Бывший лейтенант медицинской службы Эрик Зигенкорн ничем не выделяется из этого «стада». Он также не знает, куда их гонят, да и какая теперь разница? В любом случае война для него закончилась. Им твердили, что эта война во имя Германии, что они обязаны сокрушить «советского монстра» и только уничтожив Россию, немцы смогут стать счастливыми. Ненависть делала из солдат зверей. Но теперь через мучения они снова становились людьми, и многое бы отдали, лишь бы вернуться на Запад, но их продолжают гнать на Восток.

Наконец колонна остановилась на привал. Сожжённая деревня чёрными трубами целилась в небо. Пахнет гарью. Рядом с пожарищем выжившие люди выкопали землянки. Около одной  из них, у деревянного  креста молятся женщины в чёрных платках.

Немцев посадили  на солнцепёке. Охрана устроилась в тени. Женщины, закончив молиться, подошли ближе, исподлобья разглядывая пленных. Прибежавшие мальчишки стали кидать в них сухими комьями грязи. Собаки залились злобным лаем. Усталые пленные старались не смотреть женщинам в глаза, не поворачиваться спиной к псам, молча уворачивались от камней и комьев. За долгую дорогу они уже привыкли к такому к себе отношению. Привыкли, что для этих людей они все нацисты. Это повторялось в той или иной степени в каждой сожжённой деревне, в каждом разрушенном городе. Недобрую память оставили они о себе…

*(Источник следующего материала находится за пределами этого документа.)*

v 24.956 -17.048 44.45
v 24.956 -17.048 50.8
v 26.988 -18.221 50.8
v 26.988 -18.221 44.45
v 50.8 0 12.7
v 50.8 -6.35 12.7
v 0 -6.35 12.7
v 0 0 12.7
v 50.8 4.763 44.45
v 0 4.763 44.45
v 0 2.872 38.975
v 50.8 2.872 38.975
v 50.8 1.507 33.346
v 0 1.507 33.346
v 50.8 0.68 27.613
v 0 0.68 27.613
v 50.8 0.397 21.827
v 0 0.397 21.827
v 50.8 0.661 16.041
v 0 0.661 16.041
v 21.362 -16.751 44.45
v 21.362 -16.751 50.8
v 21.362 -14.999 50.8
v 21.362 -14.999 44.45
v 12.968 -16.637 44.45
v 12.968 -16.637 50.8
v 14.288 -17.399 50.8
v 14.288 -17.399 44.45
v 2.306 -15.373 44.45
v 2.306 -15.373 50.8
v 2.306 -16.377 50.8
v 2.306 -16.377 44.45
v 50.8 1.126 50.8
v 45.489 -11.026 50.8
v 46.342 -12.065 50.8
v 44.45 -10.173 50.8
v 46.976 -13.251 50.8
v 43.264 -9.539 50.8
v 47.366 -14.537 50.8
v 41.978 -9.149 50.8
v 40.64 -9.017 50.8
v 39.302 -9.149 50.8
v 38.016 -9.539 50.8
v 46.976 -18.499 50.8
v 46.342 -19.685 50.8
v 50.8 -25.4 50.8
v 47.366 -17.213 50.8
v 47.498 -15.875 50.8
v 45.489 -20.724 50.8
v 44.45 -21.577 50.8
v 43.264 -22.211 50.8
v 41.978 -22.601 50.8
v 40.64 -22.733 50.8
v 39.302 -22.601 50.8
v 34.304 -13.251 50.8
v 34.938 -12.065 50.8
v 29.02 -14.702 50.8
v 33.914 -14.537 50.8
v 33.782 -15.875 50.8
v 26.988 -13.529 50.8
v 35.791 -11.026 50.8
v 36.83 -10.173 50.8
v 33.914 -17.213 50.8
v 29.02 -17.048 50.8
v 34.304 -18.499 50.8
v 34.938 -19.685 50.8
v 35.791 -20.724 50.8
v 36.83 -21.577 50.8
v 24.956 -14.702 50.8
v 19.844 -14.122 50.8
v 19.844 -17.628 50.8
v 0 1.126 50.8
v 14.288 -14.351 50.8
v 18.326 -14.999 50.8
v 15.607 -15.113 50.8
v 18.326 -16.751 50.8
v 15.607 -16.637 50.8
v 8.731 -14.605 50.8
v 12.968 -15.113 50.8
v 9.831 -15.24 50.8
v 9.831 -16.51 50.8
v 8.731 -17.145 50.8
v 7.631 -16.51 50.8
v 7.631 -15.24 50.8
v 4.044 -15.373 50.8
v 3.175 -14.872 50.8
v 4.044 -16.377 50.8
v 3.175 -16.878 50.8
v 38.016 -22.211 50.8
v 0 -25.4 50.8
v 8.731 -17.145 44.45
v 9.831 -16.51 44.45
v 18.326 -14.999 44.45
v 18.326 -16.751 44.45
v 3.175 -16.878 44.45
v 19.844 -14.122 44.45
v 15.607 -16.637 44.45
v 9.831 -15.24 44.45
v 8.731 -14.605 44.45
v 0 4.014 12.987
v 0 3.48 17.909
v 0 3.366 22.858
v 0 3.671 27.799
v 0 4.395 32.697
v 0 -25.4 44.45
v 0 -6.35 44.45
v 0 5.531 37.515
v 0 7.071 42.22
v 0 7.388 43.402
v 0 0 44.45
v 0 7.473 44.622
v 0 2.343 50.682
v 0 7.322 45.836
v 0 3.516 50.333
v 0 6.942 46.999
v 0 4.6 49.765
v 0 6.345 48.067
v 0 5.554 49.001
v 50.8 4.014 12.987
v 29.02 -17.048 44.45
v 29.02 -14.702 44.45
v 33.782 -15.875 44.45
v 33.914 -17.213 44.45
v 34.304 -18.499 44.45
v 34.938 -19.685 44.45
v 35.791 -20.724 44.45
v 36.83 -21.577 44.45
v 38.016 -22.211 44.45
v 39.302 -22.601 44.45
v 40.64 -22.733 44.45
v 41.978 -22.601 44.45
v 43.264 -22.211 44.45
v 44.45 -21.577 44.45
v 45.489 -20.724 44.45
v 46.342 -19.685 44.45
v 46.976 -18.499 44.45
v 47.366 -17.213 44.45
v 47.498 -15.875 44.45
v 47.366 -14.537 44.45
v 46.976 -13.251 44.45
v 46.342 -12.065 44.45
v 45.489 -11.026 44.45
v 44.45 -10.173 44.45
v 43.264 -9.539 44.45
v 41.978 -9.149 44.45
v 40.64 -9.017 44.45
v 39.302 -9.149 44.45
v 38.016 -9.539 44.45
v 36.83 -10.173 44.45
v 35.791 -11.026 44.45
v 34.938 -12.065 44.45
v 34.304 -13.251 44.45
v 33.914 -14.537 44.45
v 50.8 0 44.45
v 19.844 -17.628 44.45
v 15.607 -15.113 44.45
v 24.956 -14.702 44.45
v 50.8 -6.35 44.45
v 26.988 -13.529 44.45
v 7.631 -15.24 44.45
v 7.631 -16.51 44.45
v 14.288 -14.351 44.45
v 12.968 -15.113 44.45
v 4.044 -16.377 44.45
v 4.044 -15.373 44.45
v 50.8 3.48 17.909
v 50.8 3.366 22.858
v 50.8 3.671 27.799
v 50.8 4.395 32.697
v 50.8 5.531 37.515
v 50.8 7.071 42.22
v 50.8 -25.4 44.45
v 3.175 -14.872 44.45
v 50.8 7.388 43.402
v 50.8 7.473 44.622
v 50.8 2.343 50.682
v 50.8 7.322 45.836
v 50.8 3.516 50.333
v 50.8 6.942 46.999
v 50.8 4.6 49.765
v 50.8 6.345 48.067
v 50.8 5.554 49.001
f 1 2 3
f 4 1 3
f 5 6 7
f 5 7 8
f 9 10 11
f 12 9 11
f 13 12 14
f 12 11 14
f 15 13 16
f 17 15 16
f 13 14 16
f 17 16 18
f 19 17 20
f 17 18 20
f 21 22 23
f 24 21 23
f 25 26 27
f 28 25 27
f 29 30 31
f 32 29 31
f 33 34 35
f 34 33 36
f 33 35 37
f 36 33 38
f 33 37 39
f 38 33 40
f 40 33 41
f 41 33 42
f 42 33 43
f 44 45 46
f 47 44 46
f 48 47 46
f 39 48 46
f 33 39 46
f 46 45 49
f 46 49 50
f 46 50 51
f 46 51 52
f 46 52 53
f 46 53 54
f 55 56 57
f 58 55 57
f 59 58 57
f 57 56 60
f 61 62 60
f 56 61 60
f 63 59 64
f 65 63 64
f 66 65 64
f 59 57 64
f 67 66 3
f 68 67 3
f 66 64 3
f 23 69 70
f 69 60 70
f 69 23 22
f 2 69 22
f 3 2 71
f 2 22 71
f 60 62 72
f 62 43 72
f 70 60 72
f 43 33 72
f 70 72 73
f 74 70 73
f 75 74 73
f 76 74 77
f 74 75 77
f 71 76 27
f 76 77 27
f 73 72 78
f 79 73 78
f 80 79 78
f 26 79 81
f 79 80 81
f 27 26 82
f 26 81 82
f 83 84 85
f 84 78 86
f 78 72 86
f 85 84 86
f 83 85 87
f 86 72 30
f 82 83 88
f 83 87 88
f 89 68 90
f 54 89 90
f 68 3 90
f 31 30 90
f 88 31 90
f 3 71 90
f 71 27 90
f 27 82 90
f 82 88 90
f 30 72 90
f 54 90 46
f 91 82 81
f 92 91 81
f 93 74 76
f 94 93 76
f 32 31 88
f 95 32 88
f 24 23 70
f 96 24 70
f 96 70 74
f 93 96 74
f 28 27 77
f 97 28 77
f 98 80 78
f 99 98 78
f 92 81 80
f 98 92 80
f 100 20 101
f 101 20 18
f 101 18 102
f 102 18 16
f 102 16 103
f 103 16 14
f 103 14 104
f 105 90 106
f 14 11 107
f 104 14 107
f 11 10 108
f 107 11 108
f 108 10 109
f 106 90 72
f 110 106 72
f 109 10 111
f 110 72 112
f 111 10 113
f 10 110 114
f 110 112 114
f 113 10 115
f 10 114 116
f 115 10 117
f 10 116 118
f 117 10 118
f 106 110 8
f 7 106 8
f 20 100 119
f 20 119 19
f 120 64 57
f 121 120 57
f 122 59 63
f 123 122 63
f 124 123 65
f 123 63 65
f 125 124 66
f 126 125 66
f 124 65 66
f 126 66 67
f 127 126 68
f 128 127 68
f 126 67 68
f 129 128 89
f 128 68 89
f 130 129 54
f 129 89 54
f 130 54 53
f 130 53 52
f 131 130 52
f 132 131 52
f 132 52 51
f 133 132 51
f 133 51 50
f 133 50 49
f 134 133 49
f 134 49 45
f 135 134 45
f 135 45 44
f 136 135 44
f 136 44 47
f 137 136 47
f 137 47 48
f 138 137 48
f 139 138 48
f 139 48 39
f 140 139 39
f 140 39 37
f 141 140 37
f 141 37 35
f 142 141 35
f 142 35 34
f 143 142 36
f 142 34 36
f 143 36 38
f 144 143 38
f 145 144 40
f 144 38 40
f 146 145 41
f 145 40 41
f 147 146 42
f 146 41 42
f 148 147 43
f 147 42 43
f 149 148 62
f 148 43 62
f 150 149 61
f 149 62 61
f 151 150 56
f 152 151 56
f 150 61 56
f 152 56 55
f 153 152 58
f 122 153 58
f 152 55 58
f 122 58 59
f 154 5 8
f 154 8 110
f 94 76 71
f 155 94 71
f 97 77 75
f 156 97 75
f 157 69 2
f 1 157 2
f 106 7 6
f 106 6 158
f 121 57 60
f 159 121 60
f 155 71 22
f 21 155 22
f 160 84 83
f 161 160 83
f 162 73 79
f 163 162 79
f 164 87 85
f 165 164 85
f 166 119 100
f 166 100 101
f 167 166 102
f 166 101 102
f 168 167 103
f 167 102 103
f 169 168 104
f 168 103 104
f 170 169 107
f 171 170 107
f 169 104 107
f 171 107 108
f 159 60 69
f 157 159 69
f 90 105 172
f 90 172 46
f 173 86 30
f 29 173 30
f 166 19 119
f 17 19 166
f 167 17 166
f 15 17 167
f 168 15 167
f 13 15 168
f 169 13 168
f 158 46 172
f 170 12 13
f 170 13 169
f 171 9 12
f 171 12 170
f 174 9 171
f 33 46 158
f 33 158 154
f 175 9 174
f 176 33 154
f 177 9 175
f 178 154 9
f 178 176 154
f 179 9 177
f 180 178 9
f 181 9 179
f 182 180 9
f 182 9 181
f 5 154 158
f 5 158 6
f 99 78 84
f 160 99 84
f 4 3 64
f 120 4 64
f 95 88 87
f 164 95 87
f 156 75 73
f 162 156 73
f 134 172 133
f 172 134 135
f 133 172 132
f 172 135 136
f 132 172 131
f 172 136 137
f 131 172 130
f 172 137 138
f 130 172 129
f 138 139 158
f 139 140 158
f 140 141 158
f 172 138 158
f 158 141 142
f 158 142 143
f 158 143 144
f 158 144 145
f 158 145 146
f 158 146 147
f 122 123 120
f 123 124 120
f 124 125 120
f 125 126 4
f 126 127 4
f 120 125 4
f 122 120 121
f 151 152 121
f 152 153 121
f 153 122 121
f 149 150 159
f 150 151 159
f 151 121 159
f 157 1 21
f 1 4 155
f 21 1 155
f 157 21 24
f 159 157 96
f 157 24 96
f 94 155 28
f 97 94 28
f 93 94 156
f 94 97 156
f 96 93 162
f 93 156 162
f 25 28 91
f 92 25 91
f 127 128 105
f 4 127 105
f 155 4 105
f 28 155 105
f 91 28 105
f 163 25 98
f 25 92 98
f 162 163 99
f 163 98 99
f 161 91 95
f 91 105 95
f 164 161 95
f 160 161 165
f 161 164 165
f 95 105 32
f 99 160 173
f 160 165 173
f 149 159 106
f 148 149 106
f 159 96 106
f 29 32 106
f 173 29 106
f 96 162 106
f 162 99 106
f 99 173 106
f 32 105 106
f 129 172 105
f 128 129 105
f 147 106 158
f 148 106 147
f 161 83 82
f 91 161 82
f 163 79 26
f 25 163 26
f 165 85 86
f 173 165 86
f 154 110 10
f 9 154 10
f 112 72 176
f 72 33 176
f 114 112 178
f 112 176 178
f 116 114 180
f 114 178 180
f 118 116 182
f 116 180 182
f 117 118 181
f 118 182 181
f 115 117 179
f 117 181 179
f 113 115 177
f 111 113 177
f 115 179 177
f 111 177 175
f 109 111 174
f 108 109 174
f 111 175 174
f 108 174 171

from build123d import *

# Parameters (mm, degrees)
F0_W        = 19.05
F0_H        = 6.35
F0_W_2      = 6.35
F0_H_2      = 31.75
F1_DEPTH    = 50.8
F3_DEPTH    = 38.101
F4_R        = 6.35
F5_T1_DEPTH = 68.1131376889


# Not quite as in the source:
# - a fillet or chamfer that OpenCascade refuses, or shapes differently, is made with other operations: its cross-section is extruded or revolved along the edge and cut away or added


with BuildPart() as f1:
    # F0 (on Right) → F1 (new body)
    with BuildSketch(Plane.YZ):
        with Locations((-15.875, 47.625)):
            Rectangle(F0_W, F0_H)
        with Locations((-3.175, 47.625)):
            Rectangle(F0_W_2, F0_H)
        with Locations((-3.175, 28.575)):
            Rectangle(F0_W_2, F0_H_2)
        with BuildLine():
            Line((0, 50.8), (0, 44.45))
            Line((0, 44.45), (4.7625, 44.45))
            ThreePointArc((4.7625, 44.45), (0.8082593776, 28.8201935432), (1.0656091525, 12.7))
            Line((1.0656091525, 12.7), (4.0578971116, 12.7))
            ThreePointArc((4.0578971116, 12.7), (4.3300087855, 32.3527315264), (11.1125, 50.8))
            Line((11.1125, 50.8), (0, 50.8))
        make_face()
    extrude(amount=F1_DEPTH)

    # F2 (on face) → F3 (cut, through all)
    with BuildSketch(Plane.XY.offset(50.8)):
        Polygon((2.3061167124, -15.875), (3.175, -15.875), (4.0438832876, -15.875), (4.0438832876, -15.37335), (3.175, -14.8717), (2.3061167124, -15.37335), align=None)
        Polygon((4.0438832876, -15.875), (3.175, -15.875), (2.3061167124, -15.875), (2.3061167124, -16.37665), (3.175, -16.8783), (4.0438832876, -16.37665), align=None)
        with BuildLine():
            ThreePointArc((47.498, -15.875), (40.64, -9.017), (33.782, -15.875))
            Line((33.782, -15.875), (40.64, -15.875))
            Line((40.64, -15.875), (47.498, -15.875))
        make_face()
        with BuildLine():
            Line((40.64, -15.875), (33.782, -15.875))
            ThreePointArc((33.782, -15.875), (40.64, -22.733), (47.498, -15.875))
            Line((47.498, -15.875), (40.64, -15.875))
        make_face()
        Polygon((24.9555, -14.701824253), (24.9555, -15.875), (26.9875, -15.875), (29.0195, -15.875), (29.0195, -14.701824253), (26.9875, -13.528648506), align=None)
        Polygon((26.9875, -15.875), (24.9555, -15.875), (24.9555, -17.048175747), (26.9875, -18.221351494), (29.0195, -17.048175747), (29.0195, -15.875), align=None)
        Polygon((18.3259538773, -14.9987), (18.3259538773, -15.875), (19.84375, -15.875), (21.3615461227, -15.875), (21.3615461227, -14.9987), (19.84375, -14.1224), align=None)
        Polygon((19.84375, -15.875), (18.3259538773, -15.875), (18.3259538773, -16.7513), (19.84375, -17.6276), (21.3615461227, -16.7513), (21.3615461227, -15.875), align=None)
        Polygon((12.9676772846, -15.113), (12.9676772846, -15.875), (14.2875, -15.875), (15.6073227154, -15.875), (15.6073227154, -15.113), (14.2875, -14.351), align=None)
        Polygon((14.2875, -15.875), (12.9676772846, -15.875), (12.9676772846, -16.637), (14.2875, -17.399), (15.6073227154, -16.637), (15.6073227154, -15.875), align=None)
        Polygon((7.6313977372, -15.24), (7.6313977372, -15.875), (8.73125, -15.875), (9.8311022628, -15.875), (9.8311022628, -15.24), (8.73125, -14.605), align=None)
        Polygon((8.73125, -15.875), (7.6313977372, -15.875), (7.6313977372, -16.51), (8.73125, -17.145), (9.8311022628, -16.51), (9.8311022628, -15.875), align=None)
    extrude(amount=-F3_DEPTH, mode=Mode.SUBTRACT)

    # F4
    f4_edges = [f1.edges().sort_by_distance(p)[0] for p in [
        (25.4, 11.1125, 50.8),
    ]]
    fillet(f4_edges, radius=F4_R)

    # F5: chamfer of 3.175 on 1 edges, made by hand

    # F5_s2 → F5_t1 (cut)
    with BuildSketch(Plane.YZ.offset(-8.6565688444)):
        with BuildLine():
            Line((4.422273237, 12.6144658264), (0.5675477916, 16.1266199594))
            Line((0.5675477916, 16.1266199594), (0.5043218231, 16.1207270056))
            ThreePointArc((0.5043218231, 16.1207270056), (0.7717830499, 14.4079265456), (1.0028018544, 12.690646214))
            Line((1.0028018544, 12.690646214), (1.0656091525, 12.6365))
            ThreePointArc((1.0656091525, 12.6365), (2.7439411948, 12.6365), (4.422273237, 12.5509658264))
            Line((4.422273237, 12.5509658264), (4.422273237, 12.6144658264))
        make_face()
    extrude(amount=F5_T1_DEPTH, mode=Mode.SUBTRACT)


solid = f1.part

Доктор так же испытывал гнетущее чувство вины, страха и безысходности. Он очень изменился, осунулся, постарел. Как-то весь почернел. В волосах появилась волчья проседь. В нём трудно было узнать того холёного молодого человека, каким он был полгода назад. Он страдал от голода и одуряющего зноя. Сидел, безвольно опустив голову, сомкнув пыльные веки. Из толпы вышла старуха и медленно приблизилась к нему. Почувствовав её тень на себе, он очнулся, посмотрел в её выцветшие от слёз глаза. Сколько раз на привалах к ним подходили женщины: молодые и старые, матери, жёны, сёстры убитых ими людей. Смотрели с ненавистью, а потом плевали в лицо или били наотмашь. Охрана этому не препятствовала. Но в глазах старухи не было вражды. Она смотрела взглядом матери. Доброта просвечивала сквозь сетку морщин, проторенных временем и страданиями. Развязав узелок, она достала ломоть хлеба и вложила ему в руки…
- Эй, бабка, отойди от фрица! - закричал конвоир.
Старуха сделала шаг назад, но не уходила.
– Ешь, ешь, милок,- говорила она Эрику.
Мальчишки перестали бросать камни, уставились на неё. Женщины недовольно загудели. Молодая вдова дёрнула старуху за рукав. Та продолжала стоять. Неспешно подошёл конвоир. Из под козырька фуражки зло кололи молодые глаза. На скуластом лице горбатились желваки.
- Что, старая, фашистов хлебом-солью встречаешь? Небось, хорошо при них было?
Молодая заслонила старушку.
- Ничего ты не знаешь… У неё троих сыновей на фронте убило.  А ты говоришь - хорошо. Да ты на деревню нашу посмотри: каково под немцем житьё…
- Так, может, этот и убил?! А она ему хлеба… А вам самим, небось, жрать нечего.
Старуха тихо сказала.
-А ведь они тоже люди!
Вместо ответа конвоир резко повернулся, подняв облако пыли, зашагал прочь.
Сидевший рядом солдат, понимавший по русски, перевёл Зигенкорну.
- Боже мой! - прошептал Эрик. – Боже, благодарю тебя!
Рыдания сотрясали его тело, слёзы текли по впалым щекам и капали на русский хлеб…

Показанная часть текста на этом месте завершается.